Firstly and most importantly you havent let anyone down at all! Especially not DH. He will adore this little lady more than the "Boy" that you spoke about. This little girl is real not a dream and when she arrives and you see her, perfect as can be laying in your arms with rosebud lips staring up at you, you will melt and everything you thought you felt will disappear. Secondly there is was nothing you could have done our eggy's are always :pink: and its dh's :spermy: that decides the sex as some are boy and some are girl.
DH is clearly already coming round to the idea, and he will continue too and you will too. I promise. 

You are not a bitch...I feel the same. I have this irrational thing that i desperately want a last girl when the reality is a boy would be better as my youngest is a boy and he would have a close sibling to do things with and play with as he has 2 older sisters. But.... I WANT A GIRL!!!! And i know I am being a selfish, irrational knob. 
I also know that when the baby is born I will be over the moon no matter what as a healthy baby that was made with love is a blessing.

I have also decided to stay team yellow and focus on if its a boy...

Once it all sinks in...it will get easier and you will find positives including the fact that this is your first...boys may be on the menu later. Things happen for a reason.
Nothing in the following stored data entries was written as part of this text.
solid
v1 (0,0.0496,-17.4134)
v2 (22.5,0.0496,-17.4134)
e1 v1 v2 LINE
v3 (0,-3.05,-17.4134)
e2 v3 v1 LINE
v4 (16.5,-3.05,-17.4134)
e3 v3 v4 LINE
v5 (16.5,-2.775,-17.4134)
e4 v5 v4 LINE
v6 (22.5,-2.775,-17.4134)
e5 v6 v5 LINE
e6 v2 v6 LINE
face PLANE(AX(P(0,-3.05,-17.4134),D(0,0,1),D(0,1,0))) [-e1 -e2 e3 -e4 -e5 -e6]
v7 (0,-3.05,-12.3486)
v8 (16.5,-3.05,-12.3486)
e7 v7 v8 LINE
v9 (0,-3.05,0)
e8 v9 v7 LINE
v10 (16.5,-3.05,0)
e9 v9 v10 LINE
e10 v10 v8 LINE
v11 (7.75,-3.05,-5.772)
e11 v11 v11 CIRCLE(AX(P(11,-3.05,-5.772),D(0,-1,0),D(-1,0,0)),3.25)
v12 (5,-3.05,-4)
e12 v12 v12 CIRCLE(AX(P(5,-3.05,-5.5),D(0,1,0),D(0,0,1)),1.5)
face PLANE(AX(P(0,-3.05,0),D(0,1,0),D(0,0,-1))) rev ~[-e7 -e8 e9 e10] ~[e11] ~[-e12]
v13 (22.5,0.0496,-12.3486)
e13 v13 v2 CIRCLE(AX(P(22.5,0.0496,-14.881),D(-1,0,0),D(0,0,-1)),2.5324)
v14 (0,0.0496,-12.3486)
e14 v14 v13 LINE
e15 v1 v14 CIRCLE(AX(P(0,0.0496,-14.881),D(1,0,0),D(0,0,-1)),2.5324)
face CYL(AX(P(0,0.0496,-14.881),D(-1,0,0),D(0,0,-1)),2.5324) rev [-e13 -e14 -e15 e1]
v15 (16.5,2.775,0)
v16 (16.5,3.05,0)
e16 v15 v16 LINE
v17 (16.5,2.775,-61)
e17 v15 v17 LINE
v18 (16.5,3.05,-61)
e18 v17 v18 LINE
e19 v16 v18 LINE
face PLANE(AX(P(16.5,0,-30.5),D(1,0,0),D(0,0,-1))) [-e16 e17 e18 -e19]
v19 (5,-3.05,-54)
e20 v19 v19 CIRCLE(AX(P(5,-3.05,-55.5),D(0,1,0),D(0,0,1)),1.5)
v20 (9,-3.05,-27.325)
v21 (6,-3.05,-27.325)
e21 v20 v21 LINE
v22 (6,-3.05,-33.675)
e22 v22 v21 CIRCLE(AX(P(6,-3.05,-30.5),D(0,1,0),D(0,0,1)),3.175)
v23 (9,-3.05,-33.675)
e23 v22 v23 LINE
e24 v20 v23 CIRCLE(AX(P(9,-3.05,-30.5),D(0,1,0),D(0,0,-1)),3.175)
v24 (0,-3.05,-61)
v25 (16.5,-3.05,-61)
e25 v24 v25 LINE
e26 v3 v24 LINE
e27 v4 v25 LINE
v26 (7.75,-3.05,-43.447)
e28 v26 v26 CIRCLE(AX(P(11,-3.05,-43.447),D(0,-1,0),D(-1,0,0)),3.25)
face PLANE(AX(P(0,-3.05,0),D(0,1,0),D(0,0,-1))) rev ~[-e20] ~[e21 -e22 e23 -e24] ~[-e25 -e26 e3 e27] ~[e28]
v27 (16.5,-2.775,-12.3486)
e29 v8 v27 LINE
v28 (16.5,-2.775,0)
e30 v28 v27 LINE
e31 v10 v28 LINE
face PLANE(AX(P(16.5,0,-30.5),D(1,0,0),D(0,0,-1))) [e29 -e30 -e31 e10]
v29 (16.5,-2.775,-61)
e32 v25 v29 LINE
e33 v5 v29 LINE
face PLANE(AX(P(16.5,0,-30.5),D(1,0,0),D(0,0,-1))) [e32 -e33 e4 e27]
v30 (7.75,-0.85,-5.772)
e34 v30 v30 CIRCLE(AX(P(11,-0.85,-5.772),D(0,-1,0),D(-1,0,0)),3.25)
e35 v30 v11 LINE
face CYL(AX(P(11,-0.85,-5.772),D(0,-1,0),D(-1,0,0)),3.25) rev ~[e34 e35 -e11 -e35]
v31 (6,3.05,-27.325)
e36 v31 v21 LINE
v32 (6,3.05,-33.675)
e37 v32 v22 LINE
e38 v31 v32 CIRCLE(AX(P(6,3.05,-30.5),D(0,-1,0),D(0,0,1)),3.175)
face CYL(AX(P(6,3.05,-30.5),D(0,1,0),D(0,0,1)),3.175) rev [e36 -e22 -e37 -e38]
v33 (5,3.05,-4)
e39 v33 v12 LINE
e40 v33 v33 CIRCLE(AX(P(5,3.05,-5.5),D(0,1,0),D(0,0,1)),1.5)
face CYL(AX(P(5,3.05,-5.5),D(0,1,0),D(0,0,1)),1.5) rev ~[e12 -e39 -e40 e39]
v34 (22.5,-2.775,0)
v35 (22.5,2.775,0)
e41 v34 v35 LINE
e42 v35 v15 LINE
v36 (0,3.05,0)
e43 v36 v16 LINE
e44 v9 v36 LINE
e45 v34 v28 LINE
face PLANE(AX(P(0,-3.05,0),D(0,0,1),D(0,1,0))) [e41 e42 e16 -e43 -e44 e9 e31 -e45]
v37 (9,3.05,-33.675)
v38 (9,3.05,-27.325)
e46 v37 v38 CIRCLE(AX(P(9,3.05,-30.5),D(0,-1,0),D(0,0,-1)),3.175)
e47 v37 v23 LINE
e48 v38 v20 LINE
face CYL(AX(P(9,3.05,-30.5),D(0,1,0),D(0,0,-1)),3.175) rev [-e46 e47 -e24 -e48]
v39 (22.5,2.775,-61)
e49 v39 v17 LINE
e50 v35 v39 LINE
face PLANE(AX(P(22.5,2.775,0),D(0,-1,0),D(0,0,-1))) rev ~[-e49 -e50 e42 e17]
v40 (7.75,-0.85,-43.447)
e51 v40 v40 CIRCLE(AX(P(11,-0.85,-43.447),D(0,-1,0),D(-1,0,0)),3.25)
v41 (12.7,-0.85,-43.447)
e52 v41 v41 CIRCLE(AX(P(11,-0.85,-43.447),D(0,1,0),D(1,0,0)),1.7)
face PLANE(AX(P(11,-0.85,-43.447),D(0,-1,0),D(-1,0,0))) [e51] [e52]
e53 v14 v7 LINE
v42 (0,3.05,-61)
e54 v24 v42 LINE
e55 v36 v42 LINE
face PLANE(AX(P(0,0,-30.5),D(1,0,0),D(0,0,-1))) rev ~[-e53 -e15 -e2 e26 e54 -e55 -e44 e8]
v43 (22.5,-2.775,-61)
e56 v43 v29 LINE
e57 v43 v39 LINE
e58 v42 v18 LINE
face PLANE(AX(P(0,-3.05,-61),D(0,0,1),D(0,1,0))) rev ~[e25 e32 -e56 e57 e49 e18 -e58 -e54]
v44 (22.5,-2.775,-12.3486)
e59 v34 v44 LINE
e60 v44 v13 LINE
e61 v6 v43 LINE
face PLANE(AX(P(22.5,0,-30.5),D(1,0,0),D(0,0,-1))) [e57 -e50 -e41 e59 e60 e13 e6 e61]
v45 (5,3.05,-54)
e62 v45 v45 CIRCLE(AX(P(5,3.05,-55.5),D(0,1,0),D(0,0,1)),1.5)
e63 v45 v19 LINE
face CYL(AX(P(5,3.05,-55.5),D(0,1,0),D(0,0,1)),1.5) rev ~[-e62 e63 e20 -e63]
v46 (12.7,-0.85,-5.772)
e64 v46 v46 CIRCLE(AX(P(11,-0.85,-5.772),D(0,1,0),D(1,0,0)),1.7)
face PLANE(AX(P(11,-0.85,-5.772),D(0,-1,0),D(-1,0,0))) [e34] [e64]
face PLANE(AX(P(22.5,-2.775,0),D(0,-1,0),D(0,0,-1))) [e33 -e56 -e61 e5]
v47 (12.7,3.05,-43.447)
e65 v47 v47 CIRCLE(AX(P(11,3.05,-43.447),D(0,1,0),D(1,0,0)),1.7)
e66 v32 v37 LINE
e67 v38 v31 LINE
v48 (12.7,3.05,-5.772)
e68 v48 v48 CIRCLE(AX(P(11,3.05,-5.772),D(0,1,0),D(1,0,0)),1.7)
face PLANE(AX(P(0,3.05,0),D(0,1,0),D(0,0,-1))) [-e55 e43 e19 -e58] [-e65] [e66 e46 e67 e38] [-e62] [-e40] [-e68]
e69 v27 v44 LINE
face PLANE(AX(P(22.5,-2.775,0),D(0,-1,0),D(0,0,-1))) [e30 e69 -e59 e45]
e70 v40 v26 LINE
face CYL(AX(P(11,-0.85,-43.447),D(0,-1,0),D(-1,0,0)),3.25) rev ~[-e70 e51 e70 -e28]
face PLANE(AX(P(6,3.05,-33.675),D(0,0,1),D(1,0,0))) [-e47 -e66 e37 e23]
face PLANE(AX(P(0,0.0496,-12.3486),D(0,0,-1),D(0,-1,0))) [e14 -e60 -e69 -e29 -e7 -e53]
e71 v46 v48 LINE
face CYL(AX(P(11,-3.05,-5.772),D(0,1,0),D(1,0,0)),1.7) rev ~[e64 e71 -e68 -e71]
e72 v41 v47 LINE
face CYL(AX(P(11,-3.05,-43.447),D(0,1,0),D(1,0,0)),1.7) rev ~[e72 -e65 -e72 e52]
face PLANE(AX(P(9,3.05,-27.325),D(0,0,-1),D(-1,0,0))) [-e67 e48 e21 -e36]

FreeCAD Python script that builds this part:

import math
import FreeCAD as App
import Part
import Sketcher
from FreeCAD import Vector


def add_polygon(sketch, points):
    """Adds a closed chain of lines whose ends are joined by coincident constraints."""
    first, n = sketch.GeometryCount, len(points)
    for a, b in zip(points, points[1:] + points[:1]):
        sketch.addGeometry(Part.LineSegment(App.Vector(*a, 0), App.Vector(*b, 0)), False)
    for i in range(n):
        sketch.addConstraint(Sketcher.Constraint("Coincident", first + i, 2, first + (i + 1) % n, 1))

doc = App.newDocument("Part")
body = doc.addObject("PartDesign::Body", "Body")

# Sketch on YZ plane
sketch1 = body.newObject("Sketcher::SketchObject", "Sketch")
sketch1.AttachmentSupport = (doc.getObject("YZ_Plane"), [""])
sketch1.MapMode = "FlatFace"
add_polygon(sketch1, [(3.05, 0), (-3.05, 0), (-3.05, -61), (3.05, -61)])  # lines 0-3
sketch1.addConstraint([
    Sketcher.Constraint("Horizontal", 0),
    Sketcher.Constraint("Vertical", 1),
    Sketcher.Constraint("Horizontal", 2),
    Sketcher.Constraint("Vertical", 3),
    Sketcher.Constraint("Symmetric", 0, 2, 3, 2, -1, 1),
    Sketcher.Constraint("DistanceY", 1, 2, 1, 1, 61.0),
    Sketcher.Constraint("DistanceX", 0, 2, 0, 1, 6.1),
])
pad1 = body.newObject("PartDesign::Pad", "Pad")
pad1.Profile = sketch1
pad1.Length = 22.5

# Sketch on YZ plane
sketch2 = body.newObject("Sketcher::SketchObject", "Sketch001")
sketch2.AttachmentSupport = (doc.getObject("YZ_Plane"), [""])
sketch2.MapMode = "FlatFace"
sketch2.AttachmentOffset = App.Placement(Vector(0, 0, 22.5), App.Rotation())
add_polygon(sketch2, [(10.58, 7.53), (-10.58, 7.53), (-10.58, -68.53), (10.58, -68.53)])  # lines 0-3
add_polygon(sketch2, [(-2.775, -61), (-2.775, 0), (2.775, 0), (2.775, -61)])  # lines 4-7
sketch2.addConstraint([
    Sketcher.Constraint("Horizontal", 0),
    Sketcher.Constraint("Vertical", 1),
    Sketcher.Constraint("Horizontal", 2),
    Sketcher.Constraint("Vertical", 3),
    Sketcher.Constraint("Vertical", 4),
    Sketcher.Constraint("Horizontal", 5),
    Sketcher.Constraint("Vertical", 6),
    Sketcher.Constraint("Horizontal", 7),
    Sketcher.Constraint("Symmetric", 4, 2, 5, 2, -1, 1),
    Sketcher.Constraint("DistanceY", 4, 1, 4, 2, 61.0),
    Sketcher.Constraint("DistanceX", 0, 2, 0, 1, 21.16),
    Sketcher.Constraint("DistanceX", 5, 1, 5, 2, 5.55),
    Sketcher.Constraint("DistanceY", 1, 2, 1, 1, 76.06),
    Sketcher.Constraint("DistanceX", 0, 2, -1, 1, 10.58),
    Sketcher.Constraint("DistanceY", -1, 1, 0, 2, 7.53),
])
pocket1 = body.newObject("PartDesign::Pocket", "Pocket")
pocket1.Profile = sketch2
pocket1.Length = 6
Just remember you are not alone!!!! 

Elle xx


----------



## Roma3

Thanks Elle, you have been really sweet. I did what you said and looked at girls clothes online and I must admit they are really pretty, with the big frilly knickers and cute dresses. I'm not a girlie girl at all, so I can see her being a little tomboy like me and climbing trees and catching frogs and stuff and going shooting with her Dad.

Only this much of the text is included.